Les hôpitaux militaires consolideront le contrat opérationnel du SSA et la prise en charge des blessés physiques et psychiques de guerre, améliorant le service rendu aux armées et, par extension, aux territoires de santé :

- Percy, Bégin, Sainte-Anne et Laveran s'appuieront sur leurs pôles d'excellence pour renforcer leur positionnement dans l'offre de soins nationale, notamment face aux situations sanitaires exceptionnelles ;

- Clermont-Tonnerre et Legouest consolideront leurs missions spécifiques (soutien à la dissuasion, expertise pour les unités militaires du Grand Est) ;

- Desgenettes et Robert-Piqué se spécialiseront dans la réhabilitation physique et psychique sur le long terme des militaires blessés, en lien avec l'Institution nationale des invalides et les maisons Athos.

Les effectifs du SSA seront renforcés. Pour améliorer l'attractivité de ses métiers et la fidélisation des personnels dans un contexte de fortes tensions sur ses ressources humaines, cet effort de recrutement s'appuiera sur une politique salariale volontariste et le souci de redonner du sens à l'engagement au sein du SSA, en valorisant son identité militaire.

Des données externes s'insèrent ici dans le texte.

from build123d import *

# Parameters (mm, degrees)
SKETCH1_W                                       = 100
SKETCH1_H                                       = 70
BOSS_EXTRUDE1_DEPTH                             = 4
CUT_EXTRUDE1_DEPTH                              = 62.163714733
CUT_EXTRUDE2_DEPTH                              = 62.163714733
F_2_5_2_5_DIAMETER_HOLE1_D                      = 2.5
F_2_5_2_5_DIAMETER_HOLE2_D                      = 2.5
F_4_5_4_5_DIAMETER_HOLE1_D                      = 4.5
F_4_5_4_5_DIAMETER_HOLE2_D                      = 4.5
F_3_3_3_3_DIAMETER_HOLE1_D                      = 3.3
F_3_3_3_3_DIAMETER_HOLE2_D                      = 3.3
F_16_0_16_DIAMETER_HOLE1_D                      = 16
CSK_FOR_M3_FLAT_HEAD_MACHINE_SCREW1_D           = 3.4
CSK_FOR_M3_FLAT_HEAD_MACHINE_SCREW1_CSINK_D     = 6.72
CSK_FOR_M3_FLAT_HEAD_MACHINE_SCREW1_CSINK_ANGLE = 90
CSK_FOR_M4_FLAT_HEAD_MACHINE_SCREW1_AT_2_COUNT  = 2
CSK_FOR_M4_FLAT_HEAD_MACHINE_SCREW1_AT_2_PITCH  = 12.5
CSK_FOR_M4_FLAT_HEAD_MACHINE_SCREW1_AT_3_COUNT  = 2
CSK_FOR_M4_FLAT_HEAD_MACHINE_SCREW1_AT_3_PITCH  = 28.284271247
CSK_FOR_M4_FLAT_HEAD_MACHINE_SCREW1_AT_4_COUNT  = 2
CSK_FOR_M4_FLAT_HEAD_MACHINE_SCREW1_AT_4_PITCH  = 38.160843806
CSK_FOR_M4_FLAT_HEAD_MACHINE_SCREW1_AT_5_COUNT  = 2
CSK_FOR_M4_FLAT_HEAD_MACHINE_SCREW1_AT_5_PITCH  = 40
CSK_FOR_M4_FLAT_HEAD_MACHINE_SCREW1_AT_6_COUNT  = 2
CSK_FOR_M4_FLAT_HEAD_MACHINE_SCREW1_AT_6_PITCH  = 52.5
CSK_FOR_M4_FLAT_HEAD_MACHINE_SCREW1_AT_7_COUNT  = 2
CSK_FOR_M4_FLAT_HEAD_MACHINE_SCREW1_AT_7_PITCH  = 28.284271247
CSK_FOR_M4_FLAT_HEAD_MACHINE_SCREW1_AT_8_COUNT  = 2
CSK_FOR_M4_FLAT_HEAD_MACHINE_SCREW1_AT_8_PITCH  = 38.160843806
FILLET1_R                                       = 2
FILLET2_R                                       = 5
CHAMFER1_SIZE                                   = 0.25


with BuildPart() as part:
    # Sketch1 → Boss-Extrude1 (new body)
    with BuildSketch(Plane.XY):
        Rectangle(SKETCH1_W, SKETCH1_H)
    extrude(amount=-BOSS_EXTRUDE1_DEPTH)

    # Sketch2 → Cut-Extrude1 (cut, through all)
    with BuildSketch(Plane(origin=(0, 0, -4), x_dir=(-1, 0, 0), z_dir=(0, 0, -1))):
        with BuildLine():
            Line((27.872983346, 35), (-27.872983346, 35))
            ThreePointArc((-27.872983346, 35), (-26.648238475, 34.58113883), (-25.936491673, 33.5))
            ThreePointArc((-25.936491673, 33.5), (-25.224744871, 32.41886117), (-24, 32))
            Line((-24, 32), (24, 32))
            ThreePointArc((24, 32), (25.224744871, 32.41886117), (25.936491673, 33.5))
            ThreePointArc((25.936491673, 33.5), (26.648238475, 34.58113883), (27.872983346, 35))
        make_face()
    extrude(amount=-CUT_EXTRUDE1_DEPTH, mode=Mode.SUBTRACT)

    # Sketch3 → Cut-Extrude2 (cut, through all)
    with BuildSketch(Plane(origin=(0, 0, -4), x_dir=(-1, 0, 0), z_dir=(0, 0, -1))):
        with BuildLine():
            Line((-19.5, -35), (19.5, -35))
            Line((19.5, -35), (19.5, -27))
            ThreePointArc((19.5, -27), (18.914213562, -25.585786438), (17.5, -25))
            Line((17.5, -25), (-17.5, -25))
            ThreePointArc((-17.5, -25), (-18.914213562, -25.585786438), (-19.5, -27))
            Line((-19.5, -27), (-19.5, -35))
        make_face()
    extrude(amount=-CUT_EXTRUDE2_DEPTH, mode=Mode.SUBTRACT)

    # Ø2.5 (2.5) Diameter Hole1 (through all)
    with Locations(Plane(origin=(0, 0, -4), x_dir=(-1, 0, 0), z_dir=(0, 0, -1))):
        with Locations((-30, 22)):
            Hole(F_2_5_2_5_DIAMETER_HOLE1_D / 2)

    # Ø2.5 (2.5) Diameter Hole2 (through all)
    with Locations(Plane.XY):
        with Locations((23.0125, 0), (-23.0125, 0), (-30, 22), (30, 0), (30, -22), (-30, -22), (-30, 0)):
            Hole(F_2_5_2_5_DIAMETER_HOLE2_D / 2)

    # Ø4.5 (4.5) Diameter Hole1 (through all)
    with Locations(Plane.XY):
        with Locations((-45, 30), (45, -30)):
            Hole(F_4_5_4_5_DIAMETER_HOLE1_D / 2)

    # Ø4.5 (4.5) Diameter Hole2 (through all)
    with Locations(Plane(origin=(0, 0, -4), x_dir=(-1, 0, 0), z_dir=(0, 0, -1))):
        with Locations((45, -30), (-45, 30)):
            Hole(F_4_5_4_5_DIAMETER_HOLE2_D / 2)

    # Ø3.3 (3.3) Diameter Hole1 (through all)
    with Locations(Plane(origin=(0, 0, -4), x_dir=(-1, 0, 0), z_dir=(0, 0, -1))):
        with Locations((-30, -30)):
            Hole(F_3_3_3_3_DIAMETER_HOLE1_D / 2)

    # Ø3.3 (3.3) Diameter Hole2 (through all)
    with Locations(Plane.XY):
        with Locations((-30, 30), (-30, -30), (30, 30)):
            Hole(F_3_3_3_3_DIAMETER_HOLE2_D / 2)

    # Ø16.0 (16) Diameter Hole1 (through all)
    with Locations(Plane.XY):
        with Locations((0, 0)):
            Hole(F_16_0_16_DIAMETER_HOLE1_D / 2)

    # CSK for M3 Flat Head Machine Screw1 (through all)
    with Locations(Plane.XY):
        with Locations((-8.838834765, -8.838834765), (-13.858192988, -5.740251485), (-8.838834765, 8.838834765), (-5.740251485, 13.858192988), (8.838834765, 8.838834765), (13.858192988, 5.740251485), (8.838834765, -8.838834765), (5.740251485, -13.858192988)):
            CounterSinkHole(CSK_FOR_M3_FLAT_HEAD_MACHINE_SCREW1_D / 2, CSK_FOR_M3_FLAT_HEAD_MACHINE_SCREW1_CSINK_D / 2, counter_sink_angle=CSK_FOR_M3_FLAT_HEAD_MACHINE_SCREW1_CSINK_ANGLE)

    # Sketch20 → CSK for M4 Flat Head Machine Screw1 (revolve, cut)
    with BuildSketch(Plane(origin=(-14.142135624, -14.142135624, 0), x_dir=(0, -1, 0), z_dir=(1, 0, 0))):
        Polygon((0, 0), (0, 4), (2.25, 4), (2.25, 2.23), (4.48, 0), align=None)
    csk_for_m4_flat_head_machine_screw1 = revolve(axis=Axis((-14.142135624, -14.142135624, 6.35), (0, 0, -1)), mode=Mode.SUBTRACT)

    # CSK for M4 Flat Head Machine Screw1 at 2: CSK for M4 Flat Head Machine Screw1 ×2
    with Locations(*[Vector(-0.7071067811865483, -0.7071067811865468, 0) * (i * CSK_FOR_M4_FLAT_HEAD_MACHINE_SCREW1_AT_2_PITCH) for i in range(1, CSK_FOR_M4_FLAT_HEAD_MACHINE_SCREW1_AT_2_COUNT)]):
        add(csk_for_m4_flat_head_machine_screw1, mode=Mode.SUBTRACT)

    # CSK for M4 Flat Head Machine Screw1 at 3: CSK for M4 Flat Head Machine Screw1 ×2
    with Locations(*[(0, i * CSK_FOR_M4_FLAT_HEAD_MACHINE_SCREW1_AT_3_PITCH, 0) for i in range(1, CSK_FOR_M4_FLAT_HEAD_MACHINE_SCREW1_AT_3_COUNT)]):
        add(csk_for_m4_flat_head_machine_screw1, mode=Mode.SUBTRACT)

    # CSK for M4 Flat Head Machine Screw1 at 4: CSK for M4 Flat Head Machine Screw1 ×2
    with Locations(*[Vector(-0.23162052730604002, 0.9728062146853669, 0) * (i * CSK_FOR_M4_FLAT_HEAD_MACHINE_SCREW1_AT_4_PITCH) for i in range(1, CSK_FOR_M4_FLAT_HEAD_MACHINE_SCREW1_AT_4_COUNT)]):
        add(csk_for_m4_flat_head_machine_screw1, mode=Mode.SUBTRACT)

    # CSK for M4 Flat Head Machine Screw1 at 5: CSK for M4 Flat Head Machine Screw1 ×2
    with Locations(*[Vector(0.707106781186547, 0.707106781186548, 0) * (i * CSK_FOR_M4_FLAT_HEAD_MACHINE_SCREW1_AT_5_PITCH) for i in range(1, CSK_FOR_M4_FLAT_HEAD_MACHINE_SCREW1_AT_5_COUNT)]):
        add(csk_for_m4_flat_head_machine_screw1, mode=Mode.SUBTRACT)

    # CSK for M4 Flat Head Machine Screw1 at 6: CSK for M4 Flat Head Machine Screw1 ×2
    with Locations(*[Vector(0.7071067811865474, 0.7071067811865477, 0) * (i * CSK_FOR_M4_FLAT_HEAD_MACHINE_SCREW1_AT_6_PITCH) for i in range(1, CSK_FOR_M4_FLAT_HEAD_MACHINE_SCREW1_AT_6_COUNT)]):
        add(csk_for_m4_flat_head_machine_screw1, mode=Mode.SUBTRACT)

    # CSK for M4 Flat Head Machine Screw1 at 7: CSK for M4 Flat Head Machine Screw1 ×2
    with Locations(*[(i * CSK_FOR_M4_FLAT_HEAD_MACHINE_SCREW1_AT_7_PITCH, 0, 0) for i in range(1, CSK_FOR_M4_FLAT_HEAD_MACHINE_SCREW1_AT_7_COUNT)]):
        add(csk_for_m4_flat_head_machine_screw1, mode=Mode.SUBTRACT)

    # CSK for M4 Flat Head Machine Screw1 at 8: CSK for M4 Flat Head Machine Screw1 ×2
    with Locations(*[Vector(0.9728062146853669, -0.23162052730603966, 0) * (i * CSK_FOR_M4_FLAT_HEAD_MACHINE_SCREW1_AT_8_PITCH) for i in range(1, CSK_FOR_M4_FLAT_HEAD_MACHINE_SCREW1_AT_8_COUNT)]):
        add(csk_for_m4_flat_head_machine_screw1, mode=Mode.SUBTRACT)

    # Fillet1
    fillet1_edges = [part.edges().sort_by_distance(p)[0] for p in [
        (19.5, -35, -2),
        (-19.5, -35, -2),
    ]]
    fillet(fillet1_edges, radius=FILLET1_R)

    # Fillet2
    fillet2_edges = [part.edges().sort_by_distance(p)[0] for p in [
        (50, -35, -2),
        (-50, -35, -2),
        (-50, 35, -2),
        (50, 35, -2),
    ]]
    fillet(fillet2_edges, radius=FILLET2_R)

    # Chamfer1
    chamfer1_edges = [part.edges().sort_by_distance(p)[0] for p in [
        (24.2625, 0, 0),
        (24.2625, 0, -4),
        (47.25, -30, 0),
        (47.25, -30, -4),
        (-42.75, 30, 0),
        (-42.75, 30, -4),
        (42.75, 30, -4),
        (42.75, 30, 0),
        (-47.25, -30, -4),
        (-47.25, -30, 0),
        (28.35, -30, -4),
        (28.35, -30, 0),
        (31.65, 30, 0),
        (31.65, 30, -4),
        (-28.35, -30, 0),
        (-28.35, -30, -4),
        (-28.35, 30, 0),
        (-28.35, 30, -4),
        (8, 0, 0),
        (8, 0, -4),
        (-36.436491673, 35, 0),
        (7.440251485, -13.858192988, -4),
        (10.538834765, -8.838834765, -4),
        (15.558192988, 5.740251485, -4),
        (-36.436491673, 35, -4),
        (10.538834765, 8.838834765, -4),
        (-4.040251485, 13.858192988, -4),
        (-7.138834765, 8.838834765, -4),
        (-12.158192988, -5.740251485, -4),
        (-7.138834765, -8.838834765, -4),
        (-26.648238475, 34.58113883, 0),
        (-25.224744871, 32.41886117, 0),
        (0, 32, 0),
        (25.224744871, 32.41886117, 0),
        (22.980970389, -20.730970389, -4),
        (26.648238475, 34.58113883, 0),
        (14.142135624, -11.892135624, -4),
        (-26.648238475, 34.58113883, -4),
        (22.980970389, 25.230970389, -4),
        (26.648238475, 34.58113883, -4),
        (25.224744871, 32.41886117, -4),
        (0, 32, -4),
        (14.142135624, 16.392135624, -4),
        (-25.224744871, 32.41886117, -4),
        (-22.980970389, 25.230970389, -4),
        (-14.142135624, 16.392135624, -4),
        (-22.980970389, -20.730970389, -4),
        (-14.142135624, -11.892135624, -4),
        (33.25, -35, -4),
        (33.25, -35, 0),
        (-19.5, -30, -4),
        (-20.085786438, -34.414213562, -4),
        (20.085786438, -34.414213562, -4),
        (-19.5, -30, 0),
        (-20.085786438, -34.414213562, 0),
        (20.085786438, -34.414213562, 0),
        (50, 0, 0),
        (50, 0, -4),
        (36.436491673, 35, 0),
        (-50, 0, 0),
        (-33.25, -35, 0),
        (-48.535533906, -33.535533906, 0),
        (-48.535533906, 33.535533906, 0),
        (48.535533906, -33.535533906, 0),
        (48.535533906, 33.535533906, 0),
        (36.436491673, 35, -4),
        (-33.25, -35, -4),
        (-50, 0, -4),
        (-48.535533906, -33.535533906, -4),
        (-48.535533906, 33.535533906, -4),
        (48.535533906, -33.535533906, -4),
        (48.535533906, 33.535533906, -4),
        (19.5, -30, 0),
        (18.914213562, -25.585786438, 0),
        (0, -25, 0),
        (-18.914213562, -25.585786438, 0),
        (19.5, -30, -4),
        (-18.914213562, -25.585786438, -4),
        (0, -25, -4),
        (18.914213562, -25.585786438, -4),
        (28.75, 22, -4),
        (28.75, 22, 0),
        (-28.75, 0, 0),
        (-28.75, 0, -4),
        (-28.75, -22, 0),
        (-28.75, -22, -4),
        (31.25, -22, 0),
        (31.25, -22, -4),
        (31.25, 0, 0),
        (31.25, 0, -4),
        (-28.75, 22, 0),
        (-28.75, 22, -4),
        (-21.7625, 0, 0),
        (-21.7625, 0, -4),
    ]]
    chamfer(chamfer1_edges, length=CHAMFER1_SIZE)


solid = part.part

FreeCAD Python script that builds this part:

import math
import FreeCAD as App
import Part
import Sketcher

V = App.Vector
Q = App.Units.Quantity


def edges_at(feature, points):
    """Names of the edges that pass closest to the given points."""
    edges = feature.Shape.Edges
    near = lambda p: min(range(len(edges)), key=lambda i: edges[i].distToShape(Part.Vertex(*p))[0])
    return sorted({f"Edge{near(p) + 1}" for p in points})

doc = App.newDocument("Part")
body = doc.addObject("PartDesign::Body", "Body")

sketch1 = body.newObject("Sketcher::SketchObject", "Sketch")
sketch1.AttachmentSupport = (doc.getObject("XY_Plane"), [""])
sketch1.MapMode = "FlatFace"
sketch1.addGeometry([
    Part.LineSegment(V(-50, 35, 0), V(-50, -35, 0)),
    Part.LineSegment(V(-50, -35, 0), V(50, -35, 0)),
    Part.LineSegment(V(50, -35, 0), V(50, 35, 0)),
    Part.LineSegment(V(50, 35, 0), V(-50, 35, 0)),
], False)
sketch1.addConstraint([
    Sketcher.Constraint("Coincident", 0, 2, 1, 1),
    Sketcher.Constraint("Coincident", 1, 2, 2, 1),
    Sketcher.Constraint("Coincident", 2, 2, 3, 1),
    Sketcher.Constraint("Coincident", 3, 2, 0, 1),
    Sketcher.Constraint("Vertical", 0),
    Sketcher.Constraint("Horizontal", 1),
    Sketcher.Constraint("Vertical", 2),
    Sketcher.Constraint("Horizontal", 3),
    Sketcher.Constraint("Symmetric", 0, 2, 2, 2, -1, 1),
    Sketcher.Constraint("DistanceX", 1, 1, 1, 2, 100.0),
    Sketcher.Constraint("DistanceY", 0, 2, 0, 1, 70.0),
])
pad1 = body.newObject("PartDesign::Pad", "Pad")
pad1.Profile = sketch1
pad1.Length = 4
pad1.Reversed = True

sketch2 = body.newObject("Sketcher::SketchObject", "Sketch001")
sketch2.AttachmentSupport = (doc.getObject("XY_Plane"), [""])
sketch2.MapMode = "FlatFace"
sketch2.AttachmentOffset = App.Placement(V(0, 0, -4), App.Rotation())
sketch2.addGeometry([
    Part.LineSegment(V(-27.9, 35, 0), V(27.9, 35, 0)),
    Part.ArcOfCircle(Part.Circle(V(27.9, 33, 0), V(0, 0, 1), 2), math.radians(90), math.radians(166)),
    Part.ArcOfCircle(Part.Circle(V(24, 34, 0), V(0, 0, 1), 2), math.radians(-90), math.radians(-14)),
    Part.LineSegment(V(24, 32, 0), V(-24, 32, 0)),
    Part.ArcOfCircle(Part.Circle(V(-24, 34, 0), V(0, 0, 1), 2), math.radians(-166), math.radians(-90)),
    Part.ArcOfCircle(Part.Circle(V(-27.9, 33, 0), V(0, 0, 1), 2), math.radians(14), math.radians(90)),
], False)
sketch2.addConstraint([
    Sketcher.Constraint("Tangent", 0, 2, 1, 1),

Les personnels du SSA, dont ceux de l'Institut de recherche biomédicale des armées, font l'objet d'une revalorisation de points d'indice supplémentaires, au même niveau que la transposition du « Ségur de la santé » au SSA.

Au cours de la période de programmation, des travaux seront lancés en vue du remplacement de l'hôpital d'instruction des armées Laveran par un hôpital neuf.

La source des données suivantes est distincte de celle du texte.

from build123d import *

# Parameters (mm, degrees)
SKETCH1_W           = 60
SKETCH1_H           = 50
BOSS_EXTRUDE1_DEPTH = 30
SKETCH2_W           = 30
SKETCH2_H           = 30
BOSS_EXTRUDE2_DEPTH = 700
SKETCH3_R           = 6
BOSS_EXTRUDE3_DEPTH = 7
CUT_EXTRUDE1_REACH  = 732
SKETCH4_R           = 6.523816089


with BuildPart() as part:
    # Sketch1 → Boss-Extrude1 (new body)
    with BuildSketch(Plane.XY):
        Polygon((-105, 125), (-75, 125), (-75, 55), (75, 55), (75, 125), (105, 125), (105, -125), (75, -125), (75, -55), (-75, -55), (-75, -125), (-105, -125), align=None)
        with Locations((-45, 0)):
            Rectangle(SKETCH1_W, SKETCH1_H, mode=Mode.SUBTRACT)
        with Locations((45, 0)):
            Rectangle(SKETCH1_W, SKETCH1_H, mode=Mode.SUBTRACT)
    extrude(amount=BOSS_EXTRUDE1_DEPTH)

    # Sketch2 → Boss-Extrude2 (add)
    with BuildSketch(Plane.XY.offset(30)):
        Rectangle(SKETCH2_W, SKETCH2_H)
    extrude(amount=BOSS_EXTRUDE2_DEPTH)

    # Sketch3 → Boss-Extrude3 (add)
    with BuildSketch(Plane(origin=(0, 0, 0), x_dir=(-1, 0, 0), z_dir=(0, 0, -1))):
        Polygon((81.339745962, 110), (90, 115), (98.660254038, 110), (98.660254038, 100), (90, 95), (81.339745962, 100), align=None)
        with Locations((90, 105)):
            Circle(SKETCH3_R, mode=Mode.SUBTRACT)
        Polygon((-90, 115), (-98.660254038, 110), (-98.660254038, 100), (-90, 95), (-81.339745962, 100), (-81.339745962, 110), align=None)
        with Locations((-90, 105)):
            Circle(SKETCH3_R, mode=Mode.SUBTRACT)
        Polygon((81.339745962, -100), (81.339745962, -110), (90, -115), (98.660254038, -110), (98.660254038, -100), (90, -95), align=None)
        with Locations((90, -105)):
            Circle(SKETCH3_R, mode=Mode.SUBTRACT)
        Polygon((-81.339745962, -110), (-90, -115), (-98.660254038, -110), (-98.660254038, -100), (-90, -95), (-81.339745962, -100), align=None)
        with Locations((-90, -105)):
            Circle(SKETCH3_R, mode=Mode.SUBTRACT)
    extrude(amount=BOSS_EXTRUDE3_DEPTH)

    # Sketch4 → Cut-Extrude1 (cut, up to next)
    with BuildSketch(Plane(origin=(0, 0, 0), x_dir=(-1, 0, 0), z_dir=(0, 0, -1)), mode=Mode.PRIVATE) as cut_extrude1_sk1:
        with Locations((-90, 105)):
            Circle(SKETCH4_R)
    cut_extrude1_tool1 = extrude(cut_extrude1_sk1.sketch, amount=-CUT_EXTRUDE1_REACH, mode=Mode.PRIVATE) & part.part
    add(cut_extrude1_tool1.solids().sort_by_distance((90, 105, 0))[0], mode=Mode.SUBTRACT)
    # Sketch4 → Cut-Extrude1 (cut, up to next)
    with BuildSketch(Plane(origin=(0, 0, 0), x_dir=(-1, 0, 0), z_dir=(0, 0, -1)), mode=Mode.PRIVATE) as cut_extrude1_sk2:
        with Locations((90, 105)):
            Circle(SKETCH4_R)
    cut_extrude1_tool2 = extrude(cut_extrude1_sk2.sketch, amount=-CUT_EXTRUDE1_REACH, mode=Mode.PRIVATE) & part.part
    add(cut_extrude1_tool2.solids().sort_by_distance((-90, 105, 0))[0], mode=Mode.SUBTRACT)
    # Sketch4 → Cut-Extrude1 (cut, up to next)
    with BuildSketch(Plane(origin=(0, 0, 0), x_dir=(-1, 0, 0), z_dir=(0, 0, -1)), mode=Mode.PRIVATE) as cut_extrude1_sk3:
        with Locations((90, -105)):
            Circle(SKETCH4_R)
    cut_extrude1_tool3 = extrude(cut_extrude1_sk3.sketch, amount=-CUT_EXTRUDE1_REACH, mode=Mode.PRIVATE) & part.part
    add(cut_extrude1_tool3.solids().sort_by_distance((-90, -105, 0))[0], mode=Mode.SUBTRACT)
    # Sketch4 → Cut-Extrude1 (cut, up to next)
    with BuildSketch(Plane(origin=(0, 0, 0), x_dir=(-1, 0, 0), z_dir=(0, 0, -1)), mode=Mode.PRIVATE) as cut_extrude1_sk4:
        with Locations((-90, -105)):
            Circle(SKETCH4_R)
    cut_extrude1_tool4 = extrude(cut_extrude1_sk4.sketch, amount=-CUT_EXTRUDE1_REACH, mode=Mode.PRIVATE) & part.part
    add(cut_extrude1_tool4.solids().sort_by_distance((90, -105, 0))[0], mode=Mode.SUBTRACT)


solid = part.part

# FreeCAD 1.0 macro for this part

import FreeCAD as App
import Part
import Sketcher
from FreeCAD import Vector
Q = App.Units.Quantity

doc = App.newDocument("Part")
body = doc.addObject("PartDesign::Body", "Body")

sketch1 = body.newObject("Sketcher::SketchObject", "Sketch")
sketch1.AttachmentSupport = (doc.getObject("XY_Plane"), [""])
sketch1.MapMode = "FlatFace"
sketch1.addGeometry(Part.LineSegment(Vector(-75, 125, 0), Vector(-105, 125, 0)), False)
sketch1.addGeometry(Part.LineSegment(Vector(-105, 125, 0), Vector(-105, -125, 0)), False)
sketch1.addGeometry(Part.LineSegment(Vector(-105, -125, 0), Vector(-75, -125, 0)), False)
sketch1.addGeometry(Part.LineSegment(Vector(-75, -125, 0), Vector(-75, -55, 0)), False)
sketch1.addGeometry(Part.LineSegment(Vector(-75, -55, 0), Vector(75, -55, 0)), False)
sketch1.addGeometry(Part.LineSegment(Vector(75, -55, 0), Vector(75, -125, 0)), False)
sketch1.addGeometry(Part.LineSegment(Vector(75, -125, 0), Vector(105, -125, 0)), False)
sketch1.addGeometry(Part.LineSegment(Vector(105, -125, 0), Vector(105, 125, 0)), False)
sketch1.addGeometry(Part.LineSegment(Vector(105, 125, 0), Vector(75, 125, 0)), False)
sketch1.addGeometry(Part.LineSegment(Vector(75, 125, 0), Vector(75, 55, 0)), False)
sketch1.addGeometry(Part.LineSegment(Vector(75, 55, 0), Vector(-75, 55, 0)), False)
sketch1.addGeometry(Part.LineSegment(Vector(-75, 55, 0), Vector(-75, 125, 0)), False)
sketch1.addGeometry(Part.LineSegment(Vector(15, -25, 0), Vector(15, 25, 0)), False)
sketch1.addGeometry(Part.LineSegment(Vector(15, 25, 0), Vector(75, 25, 0)), False)
sketch1.addGeometry(Part.LineSegment(Vector(75, 25, 0), Vector(75, -25, 0)), False)
sketch1.addGeometry(Part.LineSegment(Vector(75, -25, 0), Vector(15, -25, 0)), False)
sketch1.addGeometry(Part.LineSegment(Vector(-75, -25, 0), Vector(-75, 25, 0)), False)
sketch1.addGeometry(Part.LineSegment(Vector(-75, 25, 0), Vector(-15, 25, 0)), False)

Les prérequis médicaux sont communiqués par le service de santé des armées aux candidats à l'incorporation, avant que débutent les épreuves de sélection. »

Note : en gras, les mentions issues d'amendements de la commission des finances du Sénat conservées dans le texte final.

Source : rapport annexé à la loi n° 2023-703 du 1er août 2023 relative à la programmation militaire pour les années 2024 à 2030 et portant diverses dispositions intéressant la défense


* 8 Loi n° 2018-607 du 13 juillet 2018 relative à la programmation militaire pour les années 2019 à 2025 et portant diverses dispositions intéressant la défense.

* 9 Avis n° 730 (2022-2023) de M. Dominique de LEGGE, déposé le 13 juin 2023, sur le projet de loi relatif à la programmation militaire pour les années 2024 à 2030 et portant diverses dispositions intéressant la défense.